Kinesiology – Kinesiology traces it roots back to the Department of Physical Training for Men and the Department of Physical Culture for Women in 1895. These departments merged in 1972 and were renamed the Department of Physical Education, which was renamed to the Department of Kinesiology in 1987. Kinesiology prepares people for careers in human-movement related fields or for advanced studies or graduate work. The kinesiology core includes classes in human movement, motor development, and the psychosocial aspects of physical activity. Students in this program can also earn the Masters of Public Health as a joint 5-year degree program.

Speech and Hearing Science – Originally established within the College of Liberal Arts and Sciences in 1973 as the Department of Speech Correction. It became part of the College of Applied Health Sciences in 1991 and was renamed the Department of Speech and Hearing Science. The major offers three tracks, Human Communication Sciences, which gives a broad overview of human communication, and Audiology and Speech-Language Pathology, which are pre-professional tracks for graduate school. Students in the major take courses in speech pathology, audiology, the speech mechanism and phonetics.

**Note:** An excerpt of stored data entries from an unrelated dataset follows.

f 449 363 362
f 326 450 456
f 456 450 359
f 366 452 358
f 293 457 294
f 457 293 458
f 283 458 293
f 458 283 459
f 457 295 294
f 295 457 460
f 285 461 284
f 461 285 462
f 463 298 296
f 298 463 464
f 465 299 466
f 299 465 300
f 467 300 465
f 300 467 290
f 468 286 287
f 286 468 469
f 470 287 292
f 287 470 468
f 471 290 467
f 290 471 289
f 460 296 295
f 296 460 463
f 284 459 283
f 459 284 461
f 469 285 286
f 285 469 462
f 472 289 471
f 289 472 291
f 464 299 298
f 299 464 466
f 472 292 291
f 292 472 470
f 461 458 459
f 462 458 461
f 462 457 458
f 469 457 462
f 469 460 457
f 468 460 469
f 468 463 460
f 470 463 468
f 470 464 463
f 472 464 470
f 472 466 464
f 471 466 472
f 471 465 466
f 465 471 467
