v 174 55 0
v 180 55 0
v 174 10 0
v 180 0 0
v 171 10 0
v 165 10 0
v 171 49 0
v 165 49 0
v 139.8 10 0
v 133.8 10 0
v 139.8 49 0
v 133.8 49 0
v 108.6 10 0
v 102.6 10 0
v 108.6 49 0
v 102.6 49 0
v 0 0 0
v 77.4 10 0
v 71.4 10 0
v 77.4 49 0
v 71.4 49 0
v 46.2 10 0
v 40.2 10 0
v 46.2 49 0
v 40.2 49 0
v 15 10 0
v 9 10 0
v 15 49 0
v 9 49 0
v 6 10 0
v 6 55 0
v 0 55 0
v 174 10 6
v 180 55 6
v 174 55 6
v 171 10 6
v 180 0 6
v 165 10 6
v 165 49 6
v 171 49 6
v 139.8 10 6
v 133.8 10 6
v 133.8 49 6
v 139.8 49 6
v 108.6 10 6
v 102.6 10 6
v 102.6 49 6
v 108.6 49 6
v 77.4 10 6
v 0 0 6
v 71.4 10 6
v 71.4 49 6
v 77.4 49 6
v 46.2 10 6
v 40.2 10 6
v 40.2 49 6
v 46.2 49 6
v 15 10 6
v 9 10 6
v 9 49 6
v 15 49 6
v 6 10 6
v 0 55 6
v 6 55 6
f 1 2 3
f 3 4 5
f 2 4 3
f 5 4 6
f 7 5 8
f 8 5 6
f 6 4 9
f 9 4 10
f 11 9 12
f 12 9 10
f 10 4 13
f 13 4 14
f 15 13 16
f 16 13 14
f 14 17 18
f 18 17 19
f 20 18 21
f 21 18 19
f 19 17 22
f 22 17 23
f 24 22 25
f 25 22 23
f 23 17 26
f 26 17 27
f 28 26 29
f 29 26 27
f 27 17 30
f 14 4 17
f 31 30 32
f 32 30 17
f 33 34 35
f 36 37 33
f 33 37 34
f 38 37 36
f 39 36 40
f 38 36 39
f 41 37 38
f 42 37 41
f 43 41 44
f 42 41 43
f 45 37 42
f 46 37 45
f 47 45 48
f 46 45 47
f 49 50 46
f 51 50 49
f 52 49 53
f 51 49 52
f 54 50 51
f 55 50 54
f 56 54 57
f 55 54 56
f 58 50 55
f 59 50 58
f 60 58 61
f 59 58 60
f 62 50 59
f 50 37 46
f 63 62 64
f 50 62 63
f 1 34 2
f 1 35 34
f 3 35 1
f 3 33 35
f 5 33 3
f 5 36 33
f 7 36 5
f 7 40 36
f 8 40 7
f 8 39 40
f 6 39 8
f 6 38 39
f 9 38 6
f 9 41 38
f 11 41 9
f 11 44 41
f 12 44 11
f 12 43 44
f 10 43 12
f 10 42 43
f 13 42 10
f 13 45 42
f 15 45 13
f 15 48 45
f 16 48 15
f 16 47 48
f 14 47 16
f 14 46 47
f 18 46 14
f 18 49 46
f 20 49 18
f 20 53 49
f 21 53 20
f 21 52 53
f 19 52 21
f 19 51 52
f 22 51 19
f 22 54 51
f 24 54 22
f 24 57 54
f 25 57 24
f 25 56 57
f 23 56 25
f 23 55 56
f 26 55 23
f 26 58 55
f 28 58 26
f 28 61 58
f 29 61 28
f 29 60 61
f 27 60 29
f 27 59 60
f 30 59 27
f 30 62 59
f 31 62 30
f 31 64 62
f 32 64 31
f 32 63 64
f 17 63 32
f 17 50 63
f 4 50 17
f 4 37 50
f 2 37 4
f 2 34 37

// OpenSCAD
$fn = 32;

// ----------------------------------------------------------------------
// Guard grille: 6 slats over a 180 x 55 mm plate
// ----------------------------------------------------------------------

// --- parameters (mm) ---
profile_height = 6;       // extrusion height
profile_points = 32;      // points of the closed outline

profile = [[0, 0], [180, 0], [180, 55], [174, 55], [174, 10], [171, 10], [171, 49], [165, 49], [165, 10], [139.8, 10], [139.8, 49], [133.8, 49], [133.8, 10], [108.6, 10], [108.6, 49], [102.6, 49], [102.6, 10], [77.4, 10], [77.4, 49], [71.4, 49], [71.4, 10], [46.2, 10], [46.2, 49], [40.2, 49], [40.2, 10], [15, 10], [15, 49], [9, 49], [9, 10], [6, 10], [6, 55], [0, 55]];  // single closed polygon, 32 points, counter clockwise

// --- the one profile operation ---
linear_extrude(height = profile_height) polygon(points = profile);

Recreation, Sport & Tourism – RST began in 1937 as one class called Principles of Recreation and in a matter of ten years, a Bachelor's Degree in Recreation was created. It was elevated from a program to a department in 1957, and underwent many name changes before finally settling on the Department of Recreation, Sport and Tourism in 2004. Students in Recreation, Sport and Tourism complete classes in leisure theory, management, and leadership and are offered three concentrations in recreation management, sports management or tourism management. The major prepares students to work in park, leisure and tourism management fields.